**TASK STATEMENT**
Exactly as they appear below, repeat the lines from the one with "v 70.513 -20.418 0" through the one with "f 125 32 36", and no others.

**DATA SHOWN**
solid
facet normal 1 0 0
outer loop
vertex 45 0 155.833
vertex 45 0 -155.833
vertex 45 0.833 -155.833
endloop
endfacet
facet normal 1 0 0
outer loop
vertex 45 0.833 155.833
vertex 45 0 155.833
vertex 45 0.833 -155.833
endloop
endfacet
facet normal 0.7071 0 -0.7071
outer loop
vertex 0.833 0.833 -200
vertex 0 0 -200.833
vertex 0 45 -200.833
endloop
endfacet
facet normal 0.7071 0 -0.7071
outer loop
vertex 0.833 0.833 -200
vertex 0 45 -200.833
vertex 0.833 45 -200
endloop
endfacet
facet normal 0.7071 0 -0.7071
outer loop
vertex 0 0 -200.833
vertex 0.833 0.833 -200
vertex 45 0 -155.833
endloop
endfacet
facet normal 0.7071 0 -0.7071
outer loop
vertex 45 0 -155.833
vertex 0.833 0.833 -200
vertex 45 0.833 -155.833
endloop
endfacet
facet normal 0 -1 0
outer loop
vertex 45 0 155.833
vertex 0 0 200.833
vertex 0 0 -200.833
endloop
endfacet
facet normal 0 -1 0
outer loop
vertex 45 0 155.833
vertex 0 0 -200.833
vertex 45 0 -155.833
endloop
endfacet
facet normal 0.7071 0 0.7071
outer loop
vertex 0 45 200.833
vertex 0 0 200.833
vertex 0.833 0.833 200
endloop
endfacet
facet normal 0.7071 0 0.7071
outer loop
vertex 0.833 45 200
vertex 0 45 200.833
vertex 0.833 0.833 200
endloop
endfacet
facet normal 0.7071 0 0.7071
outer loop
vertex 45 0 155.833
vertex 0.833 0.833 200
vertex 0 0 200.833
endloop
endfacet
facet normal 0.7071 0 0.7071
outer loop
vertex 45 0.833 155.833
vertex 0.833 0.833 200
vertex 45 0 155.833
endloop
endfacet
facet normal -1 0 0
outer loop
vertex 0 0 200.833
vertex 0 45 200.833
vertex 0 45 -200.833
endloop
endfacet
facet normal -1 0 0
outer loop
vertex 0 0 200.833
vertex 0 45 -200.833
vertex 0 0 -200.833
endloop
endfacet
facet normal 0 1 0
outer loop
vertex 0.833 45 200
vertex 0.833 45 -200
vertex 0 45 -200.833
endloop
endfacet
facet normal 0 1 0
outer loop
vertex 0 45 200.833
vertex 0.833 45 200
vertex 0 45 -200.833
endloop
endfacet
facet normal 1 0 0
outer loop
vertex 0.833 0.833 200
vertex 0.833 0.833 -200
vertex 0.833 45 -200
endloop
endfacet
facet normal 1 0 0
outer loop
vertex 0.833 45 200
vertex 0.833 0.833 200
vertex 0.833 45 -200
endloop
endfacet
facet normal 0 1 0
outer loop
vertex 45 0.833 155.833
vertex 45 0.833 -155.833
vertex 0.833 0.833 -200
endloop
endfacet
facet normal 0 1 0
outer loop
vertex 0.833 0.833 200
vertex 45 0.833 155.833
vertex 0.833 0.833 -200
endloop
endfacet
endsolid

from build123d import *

# Parameters (mm, degrees)
BOSS_EXTRUDE1_DEPTH = 210


with BuildPart() as part:
    # Sketch1 → Boss-Extrude1 (new, symmetric)
    with BuildSketch(Plane.XY):
        Polygon((0, 45), (0, 0), (45, 0), (45, 0.833333333), (0.833333333, 0.833333333), (0.833333333, 45), align=None)
    extrude(amount=BOSS_EXTRUDE1_DEPTH, both=True)

    # SurfaceCut5
    split(bisect_by=Plane(origin=(100.416666667, 0, -100.416666667), x_dir=(0.7071067811865487, 0, 0.7071067811865465), z_dir=(-0.7071067811865465, 0, 0.7071067811865487)), keep=Keep.TOP)

    # SurfaceCut6
    split(bisect_by=Plane(origin=(100.416666667, 0, 100.416666667), x_dir=(0.7071067811865487, 0, -0.7071067811865465), z_dir=(0.7071067811865465, 0, 0.7071067811865487)), keep=Keep.BOTTOM)


solid = part.part
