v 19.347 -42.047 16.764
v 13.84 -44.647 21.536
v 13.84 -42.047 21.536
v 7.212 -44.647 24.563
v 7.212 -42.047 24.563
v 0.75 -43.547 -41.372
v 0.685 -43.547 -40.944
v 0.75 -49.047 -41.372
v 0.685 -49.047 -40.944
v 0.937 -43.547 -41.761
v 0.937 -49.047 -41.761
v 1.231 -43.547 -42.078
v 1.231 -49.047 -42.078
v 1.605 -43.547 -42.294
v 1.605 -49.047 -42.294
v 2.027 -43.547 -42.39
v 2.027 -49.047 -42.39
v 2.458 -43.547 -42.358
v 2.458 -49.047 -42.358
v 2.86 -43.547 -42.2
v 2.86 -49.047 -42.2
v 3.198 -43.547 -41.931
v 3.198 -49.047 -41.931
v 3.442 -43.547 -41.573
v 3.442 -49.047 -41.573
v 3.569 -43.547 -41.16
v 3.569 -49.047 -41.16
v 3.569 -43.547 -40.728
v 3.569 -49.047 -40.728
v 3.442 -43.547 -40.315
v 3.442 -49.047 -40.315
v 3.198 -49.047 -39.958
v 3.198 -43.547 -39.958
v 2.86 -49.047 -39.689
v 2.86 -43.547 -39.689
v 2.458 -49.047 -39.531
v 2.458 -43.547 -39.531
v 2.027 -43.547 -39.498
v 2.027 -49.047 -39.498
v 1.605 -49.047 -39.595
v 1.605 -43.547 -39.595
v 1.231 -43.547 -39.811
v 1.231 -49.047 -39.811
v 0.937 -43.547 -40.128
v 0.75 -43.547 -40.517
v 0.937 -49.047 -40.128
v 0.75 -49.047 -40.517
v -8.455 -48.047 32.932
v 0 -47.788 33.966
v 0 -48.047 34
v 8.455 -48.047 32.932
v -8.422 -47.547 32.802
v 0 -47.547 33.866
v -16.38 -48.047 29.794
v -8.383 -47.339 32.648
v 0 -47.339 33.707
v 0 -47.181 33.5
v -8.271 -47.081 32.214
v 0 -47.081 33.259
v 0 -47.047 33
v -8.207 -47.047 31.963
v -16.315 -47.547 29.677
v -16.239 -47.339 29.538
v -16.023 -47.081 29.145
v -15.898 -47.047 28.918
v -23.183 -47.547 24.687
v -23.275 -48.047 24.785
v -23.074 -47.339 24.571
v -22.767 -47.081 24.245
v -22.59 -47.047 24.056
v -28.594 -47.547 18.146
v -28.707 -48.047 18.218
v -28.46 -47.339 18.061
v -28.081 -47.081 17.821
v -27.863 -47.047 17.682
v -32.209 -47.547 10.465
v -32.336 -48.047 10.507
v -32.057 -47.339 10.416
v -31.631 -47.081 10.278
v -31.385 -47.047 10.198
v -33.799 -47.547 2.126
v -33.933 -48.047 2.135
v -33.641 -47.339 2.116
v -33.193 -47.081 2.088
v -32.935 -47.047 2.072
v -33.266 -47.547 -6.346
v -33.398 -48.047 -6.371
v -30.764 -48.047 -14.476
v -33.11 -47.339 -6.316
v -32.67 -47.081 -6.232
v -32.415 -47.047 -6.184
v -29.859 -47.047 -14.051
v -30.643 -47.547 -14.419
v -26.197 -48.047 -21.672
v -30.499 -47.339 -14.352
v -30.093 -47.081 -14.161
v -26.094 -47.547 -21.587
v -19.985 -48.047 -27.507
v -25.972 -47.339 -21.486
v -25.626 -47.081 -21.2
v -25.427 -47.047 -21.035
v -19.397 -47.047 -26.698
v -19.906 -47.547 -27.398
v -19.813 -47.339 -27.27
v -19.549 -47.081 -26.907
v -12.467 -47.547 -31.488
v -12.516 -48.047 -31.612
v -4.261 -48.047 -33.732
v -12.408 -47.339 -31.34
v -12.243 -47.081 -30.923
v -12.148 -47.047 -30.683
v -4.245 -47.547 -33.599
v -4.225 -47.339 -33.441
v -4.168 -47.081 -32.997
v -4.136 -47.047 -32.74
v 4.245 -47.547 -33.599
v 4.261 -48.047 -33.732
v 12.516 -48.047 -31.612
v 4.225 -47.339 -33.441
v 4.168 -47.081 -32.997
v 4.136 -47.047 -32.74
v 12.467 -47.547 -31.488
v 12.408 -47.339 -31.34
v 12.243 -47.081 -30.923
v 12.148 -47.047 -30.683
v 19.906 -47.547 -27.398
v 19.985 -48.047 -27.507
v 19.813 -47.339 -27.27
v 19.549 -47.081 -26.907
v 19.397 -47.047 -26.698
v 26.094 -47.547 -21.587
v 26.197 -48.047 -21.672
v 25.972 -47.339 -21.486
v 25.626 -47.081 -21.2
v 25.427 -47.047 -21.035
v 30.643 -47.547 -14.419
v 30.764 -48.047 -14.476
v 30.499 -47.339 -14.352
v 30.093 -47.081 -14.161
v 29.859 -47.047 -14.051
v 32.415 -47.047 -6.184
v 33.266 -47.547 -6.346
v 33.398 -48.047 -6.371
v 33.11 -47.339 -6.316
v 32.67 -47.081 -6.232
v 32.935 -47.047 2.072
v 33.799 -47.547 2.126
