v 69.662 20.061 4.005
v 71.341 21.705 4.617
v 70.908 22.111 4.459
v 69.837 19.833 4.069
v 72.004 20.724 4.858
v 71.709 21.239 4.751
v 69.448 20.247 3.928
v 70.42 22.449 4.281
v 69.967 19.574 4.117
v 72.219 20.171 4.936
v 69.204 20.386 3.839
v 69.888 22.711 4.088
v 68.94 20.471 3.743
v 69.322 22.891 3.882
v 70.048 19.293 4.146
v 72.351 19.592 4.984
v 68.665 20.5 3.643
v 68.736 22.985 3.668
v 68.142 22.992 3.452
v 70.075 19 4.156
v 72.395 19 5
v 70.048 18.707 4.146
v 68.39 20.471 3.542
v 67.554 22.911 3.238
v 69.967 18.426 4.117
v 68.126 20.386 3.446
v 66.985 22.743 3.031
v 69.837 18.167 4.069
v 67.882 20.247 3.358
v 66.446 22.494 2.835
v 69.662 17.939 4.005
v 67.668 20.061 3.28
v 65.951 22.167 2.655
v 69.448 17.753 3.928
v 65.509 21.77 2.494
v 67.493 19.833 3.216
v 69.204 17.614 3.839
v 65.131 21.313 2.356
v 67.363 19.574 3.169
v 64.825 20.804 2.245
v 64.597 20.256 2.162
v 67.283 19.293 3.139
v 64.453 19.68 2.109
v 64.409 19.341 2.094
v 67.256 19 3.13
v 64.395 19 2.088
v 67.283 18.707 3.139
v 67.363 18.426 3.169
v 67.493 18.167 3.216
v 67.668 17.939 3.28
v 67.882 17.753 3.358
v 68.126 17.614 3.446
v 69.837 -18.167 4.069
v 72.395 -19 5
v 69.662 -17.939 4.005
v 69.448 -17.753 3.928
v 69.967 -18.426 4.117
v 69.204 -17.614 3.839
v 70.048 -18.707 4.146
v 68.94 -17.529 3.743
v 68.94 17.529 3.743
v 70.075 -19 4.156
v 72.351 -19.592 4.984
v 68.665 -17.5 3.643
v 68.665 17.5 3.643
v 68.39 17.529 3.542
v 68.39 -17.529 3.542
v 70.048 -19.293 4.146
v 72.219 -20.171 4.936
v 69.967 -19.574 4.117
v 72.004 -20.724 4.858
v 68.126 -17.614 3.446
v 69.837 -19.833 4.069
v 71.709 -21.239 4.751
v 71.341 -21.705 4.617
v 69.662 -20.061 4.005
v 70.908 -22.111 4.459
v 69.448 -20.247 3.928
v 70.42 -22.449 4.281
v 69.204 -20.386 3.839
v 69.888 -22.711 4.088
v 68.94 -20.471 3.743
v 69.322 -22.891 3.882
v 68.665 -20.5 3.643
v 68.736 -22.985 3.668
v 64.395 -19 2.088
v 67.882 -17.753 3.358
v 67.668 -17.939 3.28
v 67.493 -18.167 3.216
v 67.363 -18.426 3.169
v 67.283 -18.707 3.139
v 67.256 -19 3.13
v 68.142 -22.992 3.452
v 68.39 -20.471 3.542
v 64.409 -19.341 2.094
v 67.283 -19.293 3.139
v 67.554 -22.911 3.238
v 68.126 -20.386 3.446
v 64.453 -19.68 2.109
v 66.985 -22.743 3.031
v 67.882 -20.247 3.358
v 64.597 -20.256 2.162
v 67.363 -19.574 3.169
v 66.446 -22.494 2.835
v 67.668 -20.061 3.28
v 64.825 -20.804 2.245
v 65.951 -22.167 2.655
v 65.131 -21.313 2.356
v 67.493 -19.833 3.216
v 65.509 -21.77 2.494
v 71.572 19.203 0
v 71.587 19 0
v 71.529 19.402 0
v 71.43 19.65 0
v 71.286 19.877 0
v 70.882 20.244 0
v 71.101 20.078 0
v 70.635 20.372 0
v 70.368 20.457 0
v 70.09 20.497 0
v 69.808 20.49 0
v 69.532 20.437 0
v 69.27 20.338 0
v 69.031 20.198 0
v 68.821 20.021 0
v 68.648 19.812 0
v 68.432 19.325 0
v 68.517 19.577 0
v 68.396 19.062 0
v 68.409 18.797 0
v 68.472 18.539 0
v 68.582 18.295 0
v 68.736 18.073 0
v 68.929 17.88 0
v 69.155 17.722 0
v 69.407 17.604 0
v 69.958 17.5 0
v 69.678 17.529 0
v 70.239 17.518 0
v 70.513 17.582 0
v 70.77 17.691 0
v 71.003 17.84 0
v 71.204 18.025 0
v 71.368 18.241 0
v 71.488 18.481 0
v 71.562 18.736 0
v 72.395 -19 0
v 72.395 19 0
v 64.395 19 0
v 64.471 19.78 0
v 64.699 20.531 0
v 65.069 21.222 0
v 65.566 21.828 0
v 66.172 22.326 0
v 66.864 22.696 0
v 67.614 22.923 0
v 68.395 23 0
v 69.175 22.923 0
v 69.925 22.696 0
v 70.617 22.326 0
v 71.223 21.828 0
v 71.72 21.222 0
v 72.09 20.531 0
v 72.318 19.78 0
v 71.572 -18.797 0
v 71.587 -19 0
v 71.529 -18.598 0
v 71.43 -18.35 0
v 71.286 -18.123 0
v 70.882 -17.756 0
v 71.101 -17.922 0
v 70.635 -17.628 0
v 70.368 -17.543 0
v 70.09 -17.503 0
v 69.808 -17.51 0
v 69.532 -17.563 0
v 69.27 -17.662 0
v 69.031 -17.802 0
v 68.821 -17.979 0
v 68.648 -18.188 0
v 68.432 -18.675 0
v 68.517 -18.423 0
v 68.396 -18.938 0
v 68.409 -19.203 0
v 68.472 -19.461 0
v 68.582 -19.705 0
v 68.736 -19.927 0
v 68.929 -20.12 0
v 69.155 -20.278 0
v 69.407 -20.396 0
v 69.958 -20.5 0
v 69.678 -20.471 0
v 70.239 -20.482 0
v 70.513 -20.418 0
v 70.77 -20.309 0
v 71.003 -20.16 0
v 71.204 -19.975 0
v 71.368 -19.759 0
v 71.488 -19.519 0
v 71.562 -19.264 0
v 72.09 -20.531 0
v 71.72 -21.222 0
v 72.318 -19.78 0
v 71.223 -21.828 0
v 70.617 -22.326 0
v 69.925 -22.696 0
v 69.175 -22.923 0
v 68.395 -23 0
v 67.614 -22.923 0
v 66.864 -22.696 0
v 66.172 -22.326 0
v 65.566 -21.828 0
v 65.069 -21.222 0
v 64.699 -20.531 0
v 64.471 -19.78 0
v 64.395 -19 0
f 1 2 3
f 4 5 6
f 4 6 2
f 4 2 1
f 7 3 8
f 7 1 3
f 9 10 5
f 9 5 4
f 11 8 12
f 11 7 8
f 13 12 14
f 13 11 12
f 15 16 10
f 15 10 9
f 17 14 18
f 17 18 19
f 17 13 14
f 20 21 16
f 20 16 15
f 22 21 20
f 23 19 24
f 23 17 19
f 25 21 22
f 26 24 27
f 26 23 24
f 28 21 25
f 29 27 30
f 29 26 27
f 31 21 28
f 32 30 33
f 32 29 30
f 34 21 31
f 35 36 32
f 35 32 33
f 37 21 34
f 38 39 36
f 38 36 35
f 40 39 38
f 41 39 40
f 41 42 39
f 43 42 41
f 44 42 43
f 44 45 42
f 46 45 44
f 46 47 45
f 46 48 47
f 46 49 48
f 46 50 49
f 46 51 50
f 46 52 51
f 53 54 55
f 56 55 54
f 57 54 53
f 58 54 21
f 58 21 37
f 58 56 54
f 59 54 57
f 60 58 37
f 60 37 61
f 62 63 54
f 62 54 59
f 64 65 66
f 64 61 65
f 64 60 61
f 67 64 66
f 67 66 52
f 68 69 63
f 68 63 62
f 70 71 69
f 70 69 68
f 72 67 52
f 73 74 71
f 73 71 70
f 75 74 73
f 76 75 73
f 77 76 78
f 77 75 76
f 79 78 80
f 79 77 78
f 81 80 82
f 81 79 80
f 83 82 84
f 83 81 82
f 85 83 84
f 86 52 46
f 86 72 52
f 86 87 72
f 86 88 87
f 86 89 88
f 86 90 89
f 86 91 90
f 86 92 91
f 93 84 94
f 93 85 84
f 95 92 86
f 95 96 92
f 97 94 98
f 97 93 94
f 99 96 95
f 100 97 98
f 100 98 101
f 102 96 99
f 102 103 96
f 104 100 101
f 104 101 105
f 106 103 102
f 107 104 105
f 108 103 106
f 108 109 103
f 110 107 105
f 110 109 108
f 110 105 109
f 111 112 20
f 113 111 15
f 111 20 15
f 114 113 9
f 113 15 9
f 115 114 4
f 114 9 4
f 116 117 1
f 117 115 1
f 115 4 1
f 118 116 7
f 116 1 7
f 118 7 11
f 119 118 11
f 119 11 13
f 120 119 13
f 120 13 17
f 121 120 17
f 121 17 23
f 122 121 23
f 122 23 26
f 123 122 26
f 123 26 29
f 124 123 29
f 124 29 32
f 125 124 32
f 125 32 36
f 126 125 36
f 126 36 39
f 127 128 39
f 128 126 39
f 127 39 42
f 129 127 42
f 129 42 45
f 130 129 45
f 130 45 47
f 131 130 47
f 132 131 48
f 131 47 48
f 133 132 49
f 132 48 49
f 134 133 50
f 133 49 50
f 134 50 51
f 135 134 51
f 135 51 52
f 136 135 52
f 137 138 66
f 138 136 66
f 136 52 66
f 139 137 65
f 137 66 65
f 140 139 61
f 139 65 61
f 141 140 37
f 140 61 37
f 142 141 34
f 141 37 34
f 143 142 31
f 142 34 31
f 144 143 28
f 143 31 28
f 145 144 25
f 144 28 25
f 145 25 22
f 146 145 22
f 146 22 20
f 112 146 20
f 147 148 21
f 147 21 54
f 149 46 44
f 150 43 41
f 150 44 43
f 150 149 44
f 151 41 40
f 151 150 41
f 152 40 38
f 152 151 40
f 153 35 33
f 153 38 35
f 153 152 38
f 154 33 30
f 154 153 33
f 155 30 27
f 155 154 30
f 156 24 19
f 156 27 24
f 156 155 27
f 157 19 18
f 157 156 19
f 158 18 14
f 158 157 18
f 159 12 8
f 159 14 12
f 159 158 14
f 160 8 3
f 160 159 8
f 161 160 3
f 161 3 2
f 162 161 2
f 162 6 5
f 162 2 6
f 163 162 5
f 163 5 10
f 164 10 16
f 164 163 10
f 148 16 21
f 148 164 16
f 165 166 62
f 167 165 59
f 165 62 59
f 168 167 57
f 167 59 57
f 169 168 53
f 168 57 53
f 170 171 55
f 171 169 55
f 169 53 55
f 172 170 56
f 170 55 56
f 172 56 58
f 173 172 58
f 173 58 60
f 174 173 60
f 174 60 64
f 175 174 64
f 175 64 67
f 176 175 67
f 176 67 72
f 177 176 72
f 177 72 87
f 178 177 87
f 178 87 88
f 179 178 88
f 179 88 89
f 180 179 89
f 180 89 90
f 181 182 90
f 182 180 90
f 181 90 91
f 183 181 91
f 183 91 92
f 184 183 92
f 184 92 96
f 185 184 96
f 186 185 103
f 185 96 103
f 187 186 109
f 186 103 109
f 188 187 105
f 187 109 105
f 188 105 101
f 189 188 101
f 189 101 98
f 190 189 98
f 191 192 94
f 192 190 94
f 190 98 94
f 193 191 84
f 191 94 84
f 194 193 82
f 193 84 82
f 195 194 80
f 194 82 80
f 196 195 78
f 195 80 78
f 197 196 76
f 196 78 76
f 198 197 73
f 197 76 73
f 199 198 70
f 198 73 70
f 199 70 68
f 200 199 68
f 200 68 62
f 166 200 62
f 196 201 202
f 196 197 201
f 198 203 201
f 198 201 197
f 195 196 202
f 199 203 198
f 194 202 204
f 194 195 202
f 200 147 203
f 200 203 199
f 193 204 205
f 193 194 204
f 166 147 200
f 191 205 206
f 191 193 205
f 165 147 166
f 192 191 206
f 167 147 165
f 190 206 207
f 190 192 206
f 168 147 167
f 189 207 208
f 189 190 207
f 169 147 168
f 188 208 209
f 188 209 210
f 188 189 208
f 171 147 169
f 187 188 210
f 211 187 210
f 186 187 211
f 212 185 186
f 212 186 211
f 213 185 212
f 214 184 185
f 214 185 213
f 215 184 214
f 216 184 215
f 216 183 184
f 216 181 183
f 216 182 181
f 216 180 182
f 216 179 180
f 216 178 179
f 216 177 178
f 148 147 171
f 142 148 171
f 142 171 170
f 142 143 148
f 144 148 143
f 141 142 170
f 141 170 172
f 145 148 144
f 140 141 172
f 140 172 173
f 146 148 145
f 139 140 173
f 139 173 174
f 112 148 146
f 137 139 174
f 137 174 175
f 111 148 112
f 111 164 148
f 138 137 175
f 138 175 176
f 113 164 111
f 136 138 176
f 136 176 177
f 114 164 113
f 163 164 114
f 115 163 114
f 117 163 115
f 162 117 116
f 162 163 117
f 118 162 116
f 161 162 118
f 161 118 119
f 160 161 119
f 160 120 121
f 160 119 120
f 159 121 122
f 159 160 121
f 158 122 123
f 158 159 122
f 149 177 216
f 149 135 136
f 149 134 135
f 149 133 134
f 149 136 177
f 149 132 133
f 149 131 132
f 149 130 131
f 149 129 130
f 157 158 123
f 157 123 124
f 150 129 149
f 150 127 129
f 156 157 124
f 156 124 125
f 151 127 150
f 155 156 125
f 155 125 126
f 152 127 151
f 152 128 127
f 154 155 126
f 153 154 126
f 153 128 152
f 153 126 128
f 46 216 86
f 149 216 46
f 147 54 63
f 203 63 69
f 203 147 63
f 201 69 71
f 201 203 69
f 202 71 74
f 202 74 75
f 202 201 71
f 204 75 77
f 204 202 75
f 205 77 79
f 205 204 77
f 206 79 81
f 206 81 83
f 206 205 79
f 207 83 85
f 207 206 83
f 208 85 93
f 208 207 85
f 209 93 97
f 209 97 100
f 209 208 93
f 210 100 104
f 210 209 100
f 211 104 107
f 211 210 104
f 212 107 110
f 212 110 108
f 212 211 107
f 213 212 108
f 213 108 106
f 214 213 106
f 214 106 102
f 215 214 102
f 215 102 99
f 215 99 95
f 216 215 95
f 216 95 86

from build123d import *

# Parameters (mm, degrees)
BOSS_EXTRUDE1_DEPTH     = 5
CUT_EXTRUDE1_DEPTH      = 24
CUT_EXTRUDE1_DEPTH_BACK = 24
SKETCH3_R               = 1.5
CUT_EXTRUDE2_DEPTH      = 91


with BuildPart() as part:
    # Sketch1 → Boss-Extrude1 (new body)
    with BuildSketch(Plane.XY):
        with BuildLine():
            Line((72.394590039, 19), (72.394590039, -19))
            ThreePointArc((72.394590039, -19), (68.394590039, -23), (64.394590039, -19))
            Line((64.394590039, -19), (64.394590039, 19))
            ThreePointArc((64.394590039, 19), (68.394590039, 23), (72.394590039, 19))
        make_face()
    extrude(amount=BOSS_EXTRUDE1_DEPTH)

    # Sketch2 → Cut-Extrude1 (cut, two sides)
    with BuildSketch(Plane(origin=(0, 0, 0), x_dir=(1, 0, 0), z_dir=(0, 1, 0))) as cut_extrude1_sk:
        Polygon((72.394590039, -5), (64.394590039, -2.088238126), (64.394590039, -5), align=None)
    extrude(amount=CUT_EXTRUDE1_DEPTH, mode=Mode.SUBTRACT)
    extrude(cut_extrude1_sk.sketch, amount=-CUT_EXTRUDE1_DEPTH_BACK, mode=Mode.SUBTRACT)

    # Sketch3 → Cut-Extrude2 (cut)
    with BuildSketch(Plane(origin=(6.86158929, 0, -18.852061635), x_dir=(0.939692621, 0, 0.342020143), z_dir=(-0.342020143, 0, 0.939692621))):
        with Locations((65.769891562, 19)):
            Circle(SKETCH3_R)
        with Locations((65.769891562, -19)):
            Circle(SKETCH3_R)
    extrude(amount=-CUT_EXTRUDE2_DEPTH, mode=Mode.SUBTRACT)


solid = part.part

**REPLY**
v 70.513 -20.418 0
v 70.77 -20.309 0
v 71.003 -20.16 0
v 71.204 -19.975 0
v 71.368 -19.759 0
v 71.488 -19.519 0
v 71.562 -19.264 0
v 72.09 -20.531 0
v 71.72 -21.222 0
v 72.318 -19.78 0
v 71.223 -21.828 0
v 70.617 -22.326 0
v 69.925 -22.696 0
v 69.175 -22.923 0
v 68.395 -23 0
v 67.614 -22.923 0
v 66.864 -22.696 0
v 66.172 -22.326 0
v 65.566 -21.828 0
v 65.069 -21.222 0
v 64.699 -20.531 0
v 64.471 -19.78 0
v 64.395 -19 0
f 1 2 3
f 4 5 6
f 4 6 2
f 4 2 1
f 7 3 8
f 7 1 3
f 9 10 5
f 9 5 4
f 11 8 12
f 11 7 8
f 13 12 14
f 13 11 12
f 15 16 10
f 15 10 9
f 17 14 18
f 17 18 19
f 17 13 14
f 20 21 16
f 20 16 15
f 22 21 20
f 23 19 24
f 23 17 19
f 25 21 22
f 26 24 27
f 26 23 24
f 28 21 25
f 29 27 30
f 29 26 27
f 31 21 28
f 32 30 33
f 32 29 30
f 34 21 31
f 35 36 32
f 35 32 33
f 37 21 34
f 38 39 36
f 38 36 35
f 40 39 38
f 41 39 40
f 41 42 39
f 43 42 41
f 44 42 43
f 44 45 42
f 46 45 44
f 46 47 45
f 46 48 47
f 46 49 48
f 46 50 49
f 46 51 50
f 46 52 51
f 53 54 55
f 56 55 54
f 57 54 53
f 58 54 21
f 58 21 37
f 58 56 54
f 59 54 57
f 60 58 37
f 60 37 61
f 62 63 54
f 62 54 59
f 64 65 66
f 64 61 65
f 64 60 61
f 67 64 66
f 67 66 52
f 68 69 63
f 68 63 62
f 70 71 69
f 70 69 68
f 72 67 52
f 73 74 71
f 73 71 70
f 75 74 73
f 76 75 73
f 77 76 78
f 77 75 76
f 79 78 80
f 79 77 78
f 81 80 82
f 81 79 80
f 83 82 84
f 83 81 82
f 85 83 84
f 86 52 46
f 86 72 52
f 86 87 72
f 86 88 87
f 86 89 88
f 86 90 89
f 86 91 90
f 86 92 91
f 93 84 94
f 93 85 84
f 95 92 86
f 95 96 92
f 97 94 98
f 97 93 94
f 99 96 95
f 100 97 98
f 100 98 101
f 102 96 99
f 102 103 96
f 104 100 101
f 104 101 105
f 106 103 102
f 107 104 105
f 108 103 106
f 108 109 103
f 110 107 105
f 110 109 108
f 110 105 109
f 111 112 20
f 113 111 15
f 111 20 15
f 114 113 9
f 113 15 9
f 115 114 4
f 114 9 4
f 116 117 1
f 117 115 1
f 115 4 1
f 118 116 7
f 116 1 7
f 118 7 11
f 119 118 11
f 119 11 13
f 120 119 13
f 120 13 17
f 121 120 17
f 121 17 23
f 122 121 23
f 122 23 26
f 123 122 26
f 123 26 29
f 124 123 29
f 124 29 32
f 125 124 32
f 125 32 36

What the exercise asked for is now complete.